Index Server provides language-specific word breakers which understand how to break a stream of characters into valid words. These modules understand a particular language's structure and syntax, and they analyze the text to identify words. Index Server provides word breakers for the following languages:
Word breakers accept a stream of characters on one side and emit words out the other. To avoid problems with code pages and other double-byte character-set issues, Index Server uses Unicode to store all its index data.
When a language is identified, a word breaker is loaded up for that language. In the case of a stream of English text, for example, the English word breaker will be used, and it will do things like look for punctuation and white spaces.
Like content filters, word breakers (and normalizers) are modular components. Independent software vendors can create their own word breakers using the open standard, and plug them into the system. This allows third parties to provide linguistic utilities for languages not currently supported by Index Server.
The final stage of indexing is text normalizing. Normalizing "cleans up" the words emitted by the word breaker and handles things like capitalization, punctuation and "noise" word removal. Normalizing allows uniform representation of the words once they're put into the index.
In most languages, written text contains a number of noise words—words which smooth the structure of a sentence but have little meaning independent of context. English examples include "the", "of", "and" "you", and there are several hundred similar words. These words are important to the language as far as structure and grammar go, but they have very little content information associated with them.

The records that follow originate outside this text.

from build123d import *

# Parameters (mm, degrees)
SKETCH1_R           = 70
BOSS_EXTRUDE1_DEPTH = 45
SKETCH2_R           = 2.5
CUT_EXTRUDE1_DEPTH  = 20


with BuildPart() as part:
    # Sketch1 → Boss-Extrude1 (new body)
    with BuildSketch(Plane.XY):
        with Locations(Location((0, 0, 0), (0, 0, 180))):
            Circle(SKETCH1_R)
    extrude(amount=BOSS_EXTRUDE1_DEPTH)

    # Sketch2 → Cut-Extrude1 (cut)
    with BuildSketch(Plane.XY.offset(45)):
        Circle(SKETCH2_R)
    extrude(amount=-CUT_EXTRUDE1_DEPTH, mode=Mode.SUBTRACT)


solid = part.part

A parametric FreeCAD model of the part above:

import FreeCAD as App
import Part
import Sketcher
from FreeCAD import Vector
Q = App.Units.Quantity

doc = App.newDocument("Part")
body = doc.addObject("PartDesign::Body", "Body")

sketch1 = doc.addObject("Sketcher::SketchObject", "Sketch")
body.addObject(sketch1)
sketch1.AttachmentSupport = (doc.XY_Plane, [""])
sketch1.MapMode = "FlatFace"
sketch1.addGeometry(Part.Circle(Vector(0, 0, 0), Vector(0, 0, 1), 70), False)
sketch1.addConstraint([
    Sketcher.Constraint("Coincident", 0, 3, -1, 1),
    Sketcher.Constraint("Diameter", 0, Q("140 mm")),
])
pad1 = doc.addObject("PartDesign::Pad", "Pad")
body.addObject(pad1)
pad1.Profile = sketch1
pad1.Length = 45

sketch2 = doc.addObject("Sketcher::SketchObject", "Sketch001")
body.addObject(sketch2)
sketch2.AttachmentSupport = (doc.XY_Plane, [""])
sketch2.MapMode = "FlatFace"
sketch2.AttachmentOffset = App.Placement(Vector(0, 0, 45), App.Rotation())
sketch2.addGeometry(Part.Circle(Vector(0, 0, 0), Vector(0, 0, 1), 2.5), False)
sketch2.addConstraint([
    Sketcher.Constraint("Coincident", 0, 3, -1, 1),
    Sketcher.Constraint("Diameter", 0, Q("5 mm")),
])
pocket1 = doc.addObject("PartDesign::Pocket", "Pocket")
body.addObject(pocket1)
pocket1.Profile = sketch2
pocket1.Length = 20

doc.recompute()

References to these words are not stored in the content index. The system maintains a system-wide list of noise words on a per-language basis which can be customized by the administrator. When one of these noise words is produced while a document is being filtered, the noise word is ignored.
Noise word removal can significantly reduce the size of the index since they constitute the bulk of written text. A list of about 100 English noise words represents approximately 50% of all English text. Noise-word lists can be customized by the user to account for local slang and application-specific words.
Once words are normalized, they are put into the content index.